> _How to complete this task_:
Repeat exactly, and only, the lines below starting at the line that contains "f 289 276 286" and ending at the line that contains "v -1.496 -2.4 1.876", inclusive of both.

= Beginning of Section =

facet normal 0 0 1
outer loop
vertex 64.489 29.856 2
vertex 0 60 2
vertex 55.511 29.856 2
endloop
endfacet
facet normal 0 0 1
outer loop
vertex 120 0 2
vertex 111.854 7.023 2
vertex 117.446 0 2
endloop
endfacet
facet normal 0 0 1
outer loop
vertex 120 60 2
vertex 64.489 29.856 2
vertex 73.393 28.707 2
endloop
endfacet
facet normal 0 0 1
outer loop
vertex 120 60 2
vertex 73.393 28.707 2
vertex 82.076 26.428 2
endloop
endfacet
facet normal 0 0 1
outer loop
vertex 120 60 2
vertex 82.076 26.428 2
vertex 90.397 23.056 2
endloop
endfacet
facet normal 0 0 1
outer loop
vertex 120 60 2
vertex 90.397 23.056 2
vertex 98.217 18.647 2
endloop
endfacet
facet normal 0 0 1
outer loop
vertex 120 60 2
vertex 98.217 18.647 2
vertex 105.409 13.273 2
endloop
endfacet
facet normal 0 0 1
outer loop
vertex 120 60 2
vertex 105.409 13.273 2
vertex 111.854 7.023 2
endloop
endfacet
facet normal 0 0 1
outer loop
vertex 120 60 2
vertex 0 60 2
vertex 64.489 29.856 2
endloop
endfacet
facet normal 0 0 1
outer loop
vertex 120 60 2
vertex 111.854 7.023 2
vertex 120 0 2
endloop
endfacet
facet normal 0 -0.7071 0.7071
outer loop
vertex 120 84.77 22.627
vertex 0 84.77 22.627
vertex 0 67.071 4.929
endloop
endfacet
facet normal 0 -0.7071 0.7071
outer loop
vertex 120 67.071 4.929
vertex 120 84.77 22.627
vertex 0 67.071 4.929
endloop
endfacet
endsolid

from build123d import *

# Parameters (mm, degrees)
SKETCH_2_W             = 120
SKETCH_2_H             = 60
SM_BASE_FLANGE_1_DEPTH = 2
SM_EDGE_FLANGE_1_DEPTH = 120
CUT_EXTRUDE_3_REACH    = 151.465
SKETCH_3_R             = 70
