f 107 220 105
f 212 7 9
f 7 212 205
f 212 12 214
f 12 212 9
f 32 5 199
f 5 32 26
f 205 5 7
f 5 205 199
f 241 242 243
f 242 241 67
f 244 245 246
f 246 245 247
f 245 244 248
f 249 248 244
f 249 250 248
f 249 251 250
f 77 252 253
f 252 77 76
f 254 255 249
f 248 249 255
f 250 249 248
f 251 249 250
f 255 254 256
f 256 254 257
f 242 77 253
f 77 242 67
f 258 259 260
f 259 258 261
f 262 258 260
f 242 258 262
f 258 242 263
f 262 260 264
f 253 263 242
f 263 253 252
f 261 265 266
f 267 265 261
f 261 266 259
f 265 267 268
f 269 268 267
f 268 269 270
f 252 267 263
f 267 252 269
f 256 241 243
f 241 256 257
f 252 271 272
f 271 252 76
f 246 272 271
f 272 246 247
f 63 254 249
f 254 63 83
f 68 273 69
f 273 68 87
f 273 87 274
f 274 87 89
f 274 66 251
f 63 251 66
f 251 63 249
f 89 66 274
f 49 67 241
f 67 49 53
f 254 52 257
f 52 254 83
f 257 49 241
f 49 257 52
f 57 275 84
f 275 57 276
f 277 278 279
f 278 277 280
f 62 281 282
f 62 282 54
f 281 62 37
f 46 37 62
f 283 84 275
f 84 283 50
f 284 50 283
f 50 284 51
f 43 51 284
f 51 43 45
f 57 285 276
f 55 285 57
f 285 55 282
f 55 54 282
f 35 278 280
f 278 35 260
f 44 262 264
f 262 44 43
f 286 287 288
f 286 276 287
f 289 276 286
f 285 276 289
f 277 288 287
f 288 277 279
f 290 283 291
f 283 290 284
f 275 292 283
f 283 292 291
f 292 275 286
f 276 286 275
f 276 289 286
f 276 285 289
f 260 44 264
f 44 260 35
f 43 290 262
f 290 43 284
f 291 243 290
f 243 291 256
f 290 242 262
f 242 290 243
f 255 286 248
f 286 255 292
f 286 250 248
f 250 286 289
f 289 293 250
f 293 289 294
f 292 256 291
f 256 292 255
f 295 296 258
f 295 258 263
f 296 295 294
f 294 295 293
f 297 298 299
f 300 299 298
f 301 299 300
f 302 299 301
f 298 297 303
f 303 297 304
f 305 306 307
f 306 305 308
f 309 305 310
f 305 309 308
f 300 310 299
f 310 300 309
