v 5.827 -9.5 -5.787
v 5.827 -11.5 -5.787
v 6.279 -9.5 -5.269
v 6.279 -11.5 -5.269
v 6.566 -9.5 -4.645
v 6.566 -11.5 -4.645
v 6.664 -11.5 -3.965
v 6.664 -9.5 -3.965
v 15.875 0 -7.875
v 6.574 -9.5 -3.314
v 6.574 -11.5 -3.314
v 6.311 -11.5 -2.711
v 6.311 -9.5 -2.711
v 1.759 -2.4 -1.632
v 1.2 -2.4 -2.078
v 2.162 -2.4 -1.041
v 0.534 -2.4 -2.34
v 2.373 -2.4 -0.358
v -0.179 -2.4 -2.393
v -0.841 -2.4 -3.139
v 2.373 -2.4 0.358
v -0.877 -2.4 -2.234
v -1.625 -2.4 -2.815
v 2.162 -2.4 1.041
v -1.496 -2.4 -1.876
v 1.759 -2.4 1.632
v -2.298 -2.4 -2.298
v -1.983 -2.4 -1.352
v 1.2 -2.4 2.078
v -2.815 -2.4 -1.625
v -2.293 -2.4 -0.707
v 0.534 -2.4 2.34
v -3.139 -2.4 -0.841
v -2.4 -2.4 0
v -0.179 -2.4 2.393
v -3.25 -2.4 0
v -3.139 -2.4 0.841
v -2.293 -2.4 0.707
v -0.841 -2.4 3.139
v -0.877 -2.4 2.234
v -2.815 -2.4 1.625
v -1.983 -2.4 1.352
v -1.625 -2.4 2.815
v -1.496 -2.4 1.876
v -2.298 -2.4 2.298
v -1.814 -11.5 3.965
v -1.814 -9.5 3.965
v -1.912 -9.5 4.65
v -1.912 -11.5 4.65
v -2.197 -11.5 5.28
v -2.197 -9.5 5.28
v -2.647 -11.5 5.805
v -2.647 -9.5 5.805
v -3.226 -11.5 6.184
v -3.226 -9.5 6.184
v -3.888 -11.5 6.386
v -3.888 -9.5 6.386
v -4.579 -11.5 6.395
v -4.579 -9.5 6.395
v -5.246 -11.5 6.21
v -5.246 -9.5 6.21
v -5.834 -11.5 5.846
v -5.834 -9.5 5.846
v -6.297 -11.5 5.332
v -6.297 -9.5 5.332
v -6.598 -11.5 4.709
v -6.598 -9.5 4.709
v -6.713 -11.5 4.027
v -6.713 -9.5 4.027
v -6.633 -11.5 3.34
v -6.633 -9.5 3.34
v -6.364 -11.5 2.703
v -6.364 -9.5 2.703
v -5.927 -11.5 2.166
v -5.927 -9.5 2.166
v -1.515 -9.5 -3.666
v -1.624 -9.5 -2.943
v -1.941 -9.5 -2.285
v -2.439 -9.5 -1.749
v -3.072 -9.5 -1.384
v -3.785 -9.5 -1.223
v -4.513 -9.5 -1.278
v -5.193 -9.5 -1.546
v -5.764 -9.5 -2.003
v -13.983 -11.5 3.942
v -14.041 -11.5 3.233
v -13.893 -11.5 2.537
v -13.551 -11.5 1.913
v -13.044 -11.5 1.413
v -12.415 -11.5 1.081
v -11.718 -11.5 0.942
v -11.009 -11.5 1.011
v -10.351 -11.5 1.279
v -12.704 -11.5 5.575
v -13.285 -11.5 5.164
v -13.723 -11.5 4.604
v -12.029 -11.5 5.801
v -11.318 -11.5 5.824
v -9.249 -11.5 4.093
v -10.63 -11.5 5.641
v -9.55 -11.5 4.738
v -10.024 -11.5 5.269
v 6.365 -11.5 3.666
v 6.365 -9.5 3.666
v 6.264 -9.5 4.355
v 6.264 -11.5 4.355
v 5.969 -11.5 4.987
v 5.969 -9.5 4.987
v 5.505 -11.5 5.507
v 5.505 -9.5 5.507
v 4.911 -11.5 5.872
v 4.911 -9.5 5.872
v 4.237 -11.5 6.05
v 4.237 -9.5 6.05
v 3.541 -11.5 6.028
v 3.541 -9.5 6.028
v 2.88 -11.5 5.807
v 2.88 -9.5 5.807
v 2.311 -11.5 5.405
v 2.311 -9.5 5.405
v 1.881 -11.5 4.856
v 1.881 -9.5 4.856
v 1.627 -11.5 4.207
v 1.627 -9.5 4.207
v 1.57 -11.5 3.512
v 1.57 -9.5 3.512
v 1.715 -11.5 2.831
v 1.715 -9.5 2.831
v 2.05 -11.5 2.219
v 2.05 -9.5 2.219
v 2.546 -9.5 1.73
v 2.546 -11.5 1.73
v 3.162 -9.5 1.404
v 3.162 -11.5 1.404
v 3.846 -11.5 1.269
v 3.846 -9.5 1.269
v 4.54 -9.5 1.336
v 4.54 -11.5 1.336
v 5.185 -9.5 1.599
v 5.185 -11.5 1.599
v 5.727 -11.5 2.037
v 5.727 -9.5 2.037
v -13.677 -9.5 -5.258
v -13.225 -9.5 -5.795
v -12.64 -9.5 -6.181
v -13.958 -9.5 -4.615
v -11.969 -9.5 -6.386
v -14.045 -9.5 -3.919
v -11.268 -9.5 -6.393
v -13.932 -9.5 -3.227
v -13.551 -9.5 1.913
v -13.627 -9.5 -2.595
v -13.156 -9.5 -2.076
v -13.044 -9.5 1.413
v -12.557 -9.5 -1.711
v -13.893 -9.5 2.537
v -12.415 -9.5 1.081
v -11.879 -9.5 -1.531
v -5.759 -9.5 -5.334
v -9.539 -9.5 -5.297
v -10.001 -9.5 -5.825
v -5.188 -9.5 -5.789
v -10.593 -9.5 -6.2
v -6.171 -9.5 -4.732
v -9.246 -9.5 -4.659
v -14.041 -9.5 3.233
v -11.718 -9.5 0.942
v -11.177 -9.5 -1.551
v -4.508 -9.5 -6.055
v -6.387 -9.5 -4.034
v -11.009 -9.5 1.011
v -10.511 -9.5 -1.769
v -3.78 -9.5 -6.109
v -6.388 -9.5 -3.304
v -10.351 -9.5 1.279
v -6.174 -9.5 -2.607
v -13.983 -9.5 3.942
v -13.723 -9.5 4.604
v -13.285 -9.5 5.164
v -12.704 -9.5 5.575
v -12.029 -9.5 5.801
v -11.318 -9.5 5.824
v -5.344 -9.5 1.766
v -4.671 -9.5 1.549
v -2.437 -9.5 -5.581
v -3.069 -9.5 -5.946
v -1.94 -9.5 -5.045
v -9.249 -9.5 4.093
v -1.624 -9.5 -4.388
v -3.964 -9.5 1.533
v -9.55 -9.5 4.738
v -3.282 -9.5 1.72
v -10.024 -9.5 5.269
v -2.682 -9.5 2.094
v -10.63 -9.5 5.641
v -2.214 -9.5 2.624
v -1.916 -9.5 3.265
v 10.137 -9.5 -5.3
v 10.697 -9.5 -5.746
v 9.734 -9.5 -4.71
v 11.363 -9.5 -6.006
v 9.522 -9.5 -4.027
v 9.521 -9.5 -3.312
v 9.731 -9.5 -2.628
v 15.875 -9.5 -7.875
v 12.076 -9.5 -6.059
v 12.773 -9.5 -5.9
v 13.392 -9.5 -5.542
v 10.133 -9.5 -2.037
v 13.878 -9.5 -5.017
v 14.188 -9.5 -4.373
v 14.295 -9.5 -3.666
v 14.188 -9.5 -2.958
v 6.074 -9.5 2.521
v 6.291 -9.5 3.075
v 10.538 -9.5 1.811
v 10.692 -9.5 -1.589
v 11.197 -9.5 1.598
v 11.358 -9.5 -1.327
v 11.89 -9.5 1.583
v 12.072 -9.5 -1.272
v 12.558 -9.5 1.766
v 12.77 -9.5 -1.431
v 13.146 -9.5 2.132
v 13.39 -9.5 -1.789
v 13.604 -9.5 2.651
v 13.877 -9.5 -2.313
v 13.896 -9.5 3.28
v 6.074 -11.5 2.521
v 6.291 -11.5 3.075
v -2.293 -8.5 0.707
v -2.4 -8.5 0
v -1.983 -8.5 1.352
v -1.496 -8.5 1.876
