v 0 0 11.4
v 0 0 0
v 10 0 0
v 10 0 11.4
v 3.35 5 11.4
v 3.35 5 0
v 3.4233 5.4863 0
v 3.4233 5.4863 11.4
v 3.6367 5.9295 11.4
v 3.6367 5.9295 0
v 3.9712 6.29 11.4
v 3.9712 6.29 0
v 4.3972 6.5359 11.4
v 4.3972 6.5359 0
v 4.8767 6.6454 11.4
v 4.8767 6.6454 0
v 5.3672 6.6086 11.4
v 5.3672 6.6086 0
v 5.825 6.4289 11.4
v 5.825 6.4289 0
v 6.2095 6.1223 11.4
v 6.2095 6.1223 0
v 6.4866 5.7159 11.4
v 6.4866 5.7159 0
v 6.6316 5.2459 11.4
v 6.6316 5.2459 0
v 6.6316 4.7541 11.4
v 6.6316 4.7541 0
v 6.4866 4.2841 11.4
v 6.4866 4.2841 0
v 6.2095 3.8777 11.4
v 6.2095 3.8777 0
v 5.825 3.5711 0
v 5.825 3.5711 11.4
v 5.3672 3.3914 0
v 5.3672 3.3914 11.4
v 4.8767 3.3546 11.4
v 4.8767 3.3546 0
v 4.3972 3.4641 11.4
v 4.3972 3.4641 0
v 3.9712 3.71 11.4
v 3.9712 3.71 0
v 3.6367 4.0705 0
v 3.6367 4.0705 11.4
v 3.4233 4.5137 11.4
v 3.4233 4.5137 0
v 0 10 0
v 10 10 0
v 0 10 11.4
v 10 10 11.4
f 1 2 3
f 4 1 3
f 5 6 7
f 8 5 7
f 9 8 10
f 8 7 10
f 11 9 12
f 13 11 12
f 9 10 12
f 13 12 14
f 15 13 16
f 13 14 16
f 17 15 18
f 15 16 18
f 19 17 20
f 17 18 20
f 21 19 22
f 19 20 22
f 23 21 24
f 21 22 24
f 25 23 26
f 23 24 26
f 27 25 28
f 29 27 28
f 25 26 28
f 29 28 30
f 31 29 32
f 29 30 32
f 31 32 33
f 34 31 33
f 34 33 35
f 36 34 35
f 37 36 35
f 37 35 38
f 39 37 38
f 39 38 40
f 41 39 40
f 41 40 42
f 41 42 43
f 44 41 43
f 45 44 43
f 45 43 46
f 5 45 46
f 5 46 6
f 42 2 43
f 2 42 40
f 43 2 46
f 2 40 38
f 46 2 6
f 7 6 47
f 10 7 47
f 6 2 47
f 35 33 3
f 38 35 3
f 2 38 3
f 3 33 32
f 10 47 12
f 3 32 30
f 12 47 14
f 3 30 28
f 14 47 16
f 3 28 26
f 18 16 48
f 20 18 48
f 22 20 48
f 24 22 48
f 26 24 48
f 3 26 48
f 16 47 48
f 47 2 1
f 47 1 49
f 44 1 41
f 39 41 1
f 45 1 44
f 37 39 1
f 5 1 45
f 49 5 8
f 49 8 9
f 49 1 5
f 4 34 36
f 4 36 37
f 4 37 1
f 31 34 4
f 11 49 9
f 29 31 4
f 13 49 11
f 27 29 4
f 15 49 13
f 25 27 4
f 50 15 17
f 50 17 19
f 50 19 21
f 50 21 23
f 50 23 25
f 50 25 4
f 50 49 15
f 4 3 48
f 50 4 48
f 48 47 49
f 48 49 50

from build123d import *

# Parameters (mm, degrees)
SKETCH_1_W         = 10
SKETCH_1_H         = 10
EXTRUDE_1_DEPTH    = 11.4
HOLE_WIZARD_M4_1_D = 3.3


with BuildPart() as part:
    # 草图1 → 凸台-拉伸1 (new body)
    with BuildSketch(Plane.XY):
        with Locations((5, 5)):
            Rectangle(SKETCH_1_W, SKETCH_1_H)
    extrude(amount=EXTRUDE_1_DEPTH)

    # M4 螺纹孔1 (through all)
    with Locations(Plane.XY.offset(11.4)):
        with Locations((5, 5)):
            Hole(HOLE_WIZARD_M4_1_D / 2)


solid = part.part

= End of Section =
= Beginning of Section =

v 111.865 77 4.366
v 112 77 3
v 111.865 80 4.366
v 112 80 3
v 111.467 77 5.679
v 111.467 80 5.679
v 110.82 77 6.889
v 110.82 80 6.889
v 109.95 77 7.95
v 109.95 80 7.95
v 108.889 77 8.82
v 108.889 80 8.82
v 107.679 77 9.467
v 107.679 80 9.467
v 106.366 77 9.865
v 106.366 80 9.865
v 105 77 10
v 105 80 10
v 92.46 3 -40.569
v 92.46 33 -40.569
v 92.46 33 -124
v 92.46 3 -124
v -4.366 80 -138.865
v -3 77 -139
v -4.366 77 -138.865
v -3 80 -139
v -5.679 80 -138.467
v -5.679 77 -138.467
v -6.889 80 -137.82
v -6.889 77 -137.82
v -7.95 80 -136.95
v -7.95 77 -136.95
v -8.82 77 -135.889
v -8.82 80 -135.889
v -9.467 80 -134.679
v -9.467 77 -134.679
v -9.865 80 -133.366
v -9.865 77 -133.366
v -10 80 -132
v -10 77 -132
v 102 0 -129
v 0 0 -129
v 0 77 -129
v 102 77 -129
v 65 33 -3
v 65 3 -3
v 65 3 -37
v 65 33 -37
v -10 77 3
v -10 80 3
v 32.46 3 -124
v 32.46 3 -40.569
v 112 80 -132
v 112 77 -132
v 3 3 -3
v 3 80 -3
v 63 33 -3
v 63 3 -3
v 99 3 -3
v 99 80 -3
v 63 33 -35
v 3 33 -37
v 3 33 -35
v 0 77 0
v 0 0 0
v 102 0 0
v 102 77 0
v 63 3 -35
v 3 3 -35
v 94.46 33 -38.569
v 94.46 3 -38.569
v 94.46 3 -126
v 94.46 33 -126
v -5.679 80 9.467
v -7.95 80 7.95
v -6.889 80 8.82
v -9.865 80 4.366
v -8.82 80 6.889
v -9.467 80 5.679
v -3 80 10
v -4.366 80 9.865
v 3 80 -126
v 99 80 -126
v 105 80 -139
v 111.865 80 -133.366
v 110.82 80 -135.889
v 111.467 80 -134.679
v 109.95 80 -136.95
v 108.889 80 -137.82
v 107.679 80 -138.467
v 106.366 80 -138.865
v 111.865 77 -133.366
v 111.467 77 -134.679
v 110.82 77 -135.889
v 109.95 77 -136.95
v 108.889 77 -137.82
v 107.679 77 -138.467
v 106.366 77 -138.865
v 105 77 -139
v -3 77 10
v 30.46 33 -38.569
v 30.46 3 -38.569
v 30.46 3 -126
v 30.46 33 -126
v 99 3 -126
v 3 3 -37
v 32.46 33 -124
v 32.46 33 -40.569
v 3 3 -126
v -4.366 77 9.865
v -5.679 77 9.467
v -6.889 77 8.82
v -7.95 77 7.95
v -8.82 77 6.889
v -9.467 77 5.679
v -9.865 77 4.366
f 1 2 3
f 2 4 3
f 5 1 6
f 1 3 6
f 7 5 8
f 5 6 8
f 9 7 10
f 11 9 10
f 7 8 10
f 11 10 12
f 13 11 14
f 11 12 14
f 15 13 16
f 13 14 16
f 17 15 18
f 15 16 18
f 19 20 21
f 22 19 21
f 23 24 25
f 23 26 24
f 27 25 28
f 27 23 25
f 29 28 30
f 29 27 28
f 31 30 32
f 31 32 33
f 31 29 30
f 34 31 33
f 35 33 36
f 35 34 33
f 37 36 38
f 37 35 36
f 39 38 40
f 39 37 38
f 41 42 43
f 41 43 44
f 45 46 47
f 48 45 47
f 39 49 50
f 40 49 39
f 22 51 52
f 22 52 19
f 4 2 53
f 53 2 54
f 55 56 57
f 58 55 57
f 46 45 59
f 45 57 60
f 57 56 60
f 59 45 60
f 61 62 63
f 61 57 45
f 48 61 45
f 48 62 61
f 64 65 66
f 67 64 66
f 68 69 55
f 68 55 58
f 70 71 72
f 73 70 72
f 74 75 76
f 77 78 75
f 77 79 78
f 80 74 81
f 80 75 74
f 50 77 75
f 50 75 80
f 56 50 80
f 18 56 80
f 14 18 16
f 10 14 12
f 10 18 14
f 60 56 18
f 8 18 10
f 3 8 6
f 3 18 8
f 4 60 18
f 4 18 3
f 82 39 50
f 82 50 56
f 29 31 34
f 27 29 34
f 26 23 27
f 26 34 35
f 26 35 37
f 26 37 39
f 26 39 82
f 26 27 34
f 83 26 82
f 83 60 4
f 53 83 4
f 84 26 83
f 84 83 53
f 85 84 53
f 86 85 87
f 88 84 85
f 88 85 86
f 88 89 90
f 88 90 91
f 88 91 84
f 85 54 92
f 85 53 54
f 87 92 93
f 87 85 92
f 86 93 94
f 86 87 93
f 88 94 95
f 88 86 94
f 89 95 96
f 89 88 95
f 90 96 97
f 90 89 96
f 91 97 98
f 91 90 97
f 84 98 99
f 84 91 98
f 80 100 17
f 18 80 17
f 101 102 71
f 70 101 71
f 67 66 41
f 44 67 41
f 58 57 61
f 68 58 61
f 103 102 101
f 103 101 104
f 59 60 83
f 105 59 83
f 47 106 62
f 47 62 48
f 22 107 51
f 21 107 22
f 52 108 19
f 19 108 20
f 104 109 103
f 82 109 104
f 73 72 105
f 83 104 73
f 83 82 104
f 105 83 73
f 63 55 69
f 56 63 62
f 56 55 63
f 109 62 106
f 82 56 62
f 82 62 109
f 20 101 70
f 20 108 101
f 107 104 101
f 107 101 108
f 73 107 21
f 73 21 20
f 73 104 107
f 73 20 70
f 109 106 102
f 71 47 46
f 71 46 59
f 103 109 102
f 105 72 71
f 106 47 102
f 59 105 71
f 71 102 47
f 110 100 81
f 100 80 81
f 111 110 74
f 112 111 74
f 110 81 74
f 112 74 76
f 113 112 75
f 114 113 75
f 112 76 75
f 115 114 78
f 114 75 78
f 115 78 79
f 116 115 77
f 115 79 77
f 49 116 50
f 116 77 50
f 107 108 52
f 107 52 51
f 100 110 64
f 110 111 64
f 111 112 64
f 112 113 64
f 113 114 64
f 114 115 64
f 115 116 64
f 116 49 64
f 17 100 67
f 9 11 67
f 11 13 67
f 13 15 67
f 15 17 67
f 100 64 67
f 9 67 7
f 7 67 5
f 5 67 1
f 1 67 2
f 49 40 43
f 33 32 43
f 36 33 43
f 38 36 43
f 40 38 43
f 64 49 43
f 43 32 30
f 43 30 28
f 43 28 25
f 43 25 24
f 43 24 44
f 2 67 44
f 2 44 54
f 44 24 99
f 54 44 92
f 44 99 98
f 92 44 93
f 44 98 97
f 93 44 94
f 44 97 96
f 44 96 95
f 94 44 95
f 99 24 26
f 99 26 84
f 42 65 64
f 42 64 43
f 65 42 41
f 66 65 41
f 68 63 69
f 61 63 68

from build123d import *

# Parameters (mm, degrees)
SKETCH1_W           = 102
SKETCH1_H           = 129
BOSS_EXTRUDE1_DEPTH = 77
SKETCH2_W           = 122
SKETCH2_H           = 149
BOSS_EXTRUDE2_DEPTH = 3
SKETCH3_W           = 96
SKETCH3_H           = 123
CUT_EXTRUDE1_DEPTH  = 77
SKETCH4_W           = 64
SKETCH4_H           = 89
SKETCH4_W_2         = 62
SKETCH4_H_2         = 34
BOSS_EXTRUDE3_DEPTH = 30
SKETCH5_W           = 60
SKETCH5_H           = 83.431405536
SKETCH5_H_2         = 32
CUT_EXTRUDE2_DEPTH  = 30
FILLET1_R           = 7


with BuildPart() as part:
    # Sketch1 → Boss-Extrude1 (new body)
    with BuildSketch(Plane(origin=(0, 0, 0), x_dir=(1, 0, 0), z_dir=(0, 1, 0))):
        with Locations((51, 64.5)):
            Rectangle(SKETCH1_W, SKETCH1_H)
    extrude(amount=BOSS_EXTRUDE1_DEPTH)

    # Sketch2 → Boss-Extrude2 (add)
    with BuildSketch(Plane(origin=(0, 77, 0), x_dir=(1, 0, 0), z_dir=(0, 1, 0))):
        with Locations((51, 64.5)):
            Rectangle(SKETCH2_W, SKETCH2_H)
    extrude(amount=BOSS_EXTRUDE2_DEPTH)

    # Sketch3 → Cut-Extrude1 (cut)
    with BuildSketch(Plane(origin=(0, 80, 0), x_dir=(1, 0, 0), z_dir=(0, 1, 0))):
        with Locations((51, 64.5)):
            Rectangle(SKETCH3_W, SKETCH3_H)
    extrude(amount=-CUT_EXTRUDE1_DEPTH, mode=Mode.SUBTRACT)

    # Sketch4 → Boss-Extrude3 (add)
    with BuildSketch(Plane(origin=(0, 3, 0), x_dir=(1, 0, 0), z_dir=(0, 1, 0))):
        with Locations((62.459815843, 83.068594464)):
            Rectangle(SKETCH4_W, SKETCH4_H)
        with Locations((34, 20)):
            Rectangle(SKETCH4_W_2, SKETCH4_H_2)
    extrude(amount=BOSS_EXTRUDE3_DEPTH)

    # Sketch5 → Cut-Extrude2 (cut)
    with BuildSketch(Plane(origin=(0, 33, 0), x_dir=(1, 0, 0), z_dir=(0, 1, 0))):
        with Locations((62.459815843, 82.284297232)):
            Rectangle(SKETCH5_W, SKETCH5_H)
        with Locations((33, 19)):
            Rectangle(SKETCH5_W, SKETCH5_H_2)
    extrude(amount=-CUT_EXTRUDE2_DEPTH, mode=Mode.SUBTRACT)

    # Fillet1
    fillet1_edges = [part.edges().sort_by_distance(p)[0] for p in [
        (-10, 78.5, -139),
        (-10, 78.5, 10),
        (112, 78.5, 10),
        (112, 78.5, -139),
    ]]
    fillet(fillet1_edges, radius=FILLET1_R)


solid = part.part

= End of Section =

> _Solution below_:
f 289 276 286
f 285 276 289
f 277 288 287
f 288 277 279
f 290 283 291
f 283 290 284
f 275 292 283
f 283 292 291
f 292 275 286
f 276 286 275
f 276 289 286
f 276 285 289
f 260 44 264
f 44 260 35
f 43 290 262
f 290 43 284
f 291 243 290
f 243 291 256
f 290 242 262
f 242 290 243
f 255 286 248
f 286 255 292
f 286 250 248
f 250 286 289
f 289 293 250
f 293 289 294
f 292 256 291
f 256 292 255
f 295 296 258
f 295 258 263
f 296 295 294
f 294 295 293
f 297 298 299
f 300 299 298
f 301 299 300
f 302 299 301
f 298 297 303
f 303 297 304
f 305 306 307
f 306 305 308
f 309 305 310
f 305 309 308
f 300 310 299
f 310 300 309
v 5.827 -9.5 -5.787
v 5.827 -11.5 -5.787
v 6.279 -9.5 -5.269
v 6.279 -11.5 -5.269
v 6.566 -9.5 -4.645
v 6.566 -11.5 -4.645
v 6.664 -11.5 -3.965
v 6.664 -9.5 -3.965
v 15.875 0 -7.875
v 6.574 -9.5 -3.314
v 6.574 -11.5 -3.314
v 6.311 -11.5 -2.711
v 6.311 -9.5 -2.711
v 1.759 -2.4 -1.632
v 1.2 -2.4 -2.078
v 2.162 -2.4 -1.041
v 0.534 -2.4 -2.34
v 2.373 -2.4 -0.358
v -0.179 -2.4 -2.393
v -0.841 -2.4 -3.139
v 2.373 -2.4 0.358
v -0.877 -2.4 -2.234
v -1.625 -2.4 -2.815
v 2.162 -2.4 1.041
v -1.496 -2.4 -1.876
v 1.759 -2.4 1.632
v -2.298 -2.4 -2.298
v -1.983 -2.4 -1.352
v 1.2 -2.4 2.078
v -2.815 -2.4 -1.625
v -2.293 -2.4 -0.707
v 0.534 -2.4 2.34
v -3.139 -2.4 -0.841
v -2.4 -2.4 0
v -0.179 -2.4 2.393
v -3.25 -2.4 0
v -3.139 -2.4 0.841
v -2.293 -2.4 0.707
v -0.841 -2.4 3.139
v -0.877 -2.4 2.234
v -2.815 -2.4 1.625
v -1.983 -2.4 1.352
v -1.625 -2.4 2.815
v -1.496 -2.4 1.876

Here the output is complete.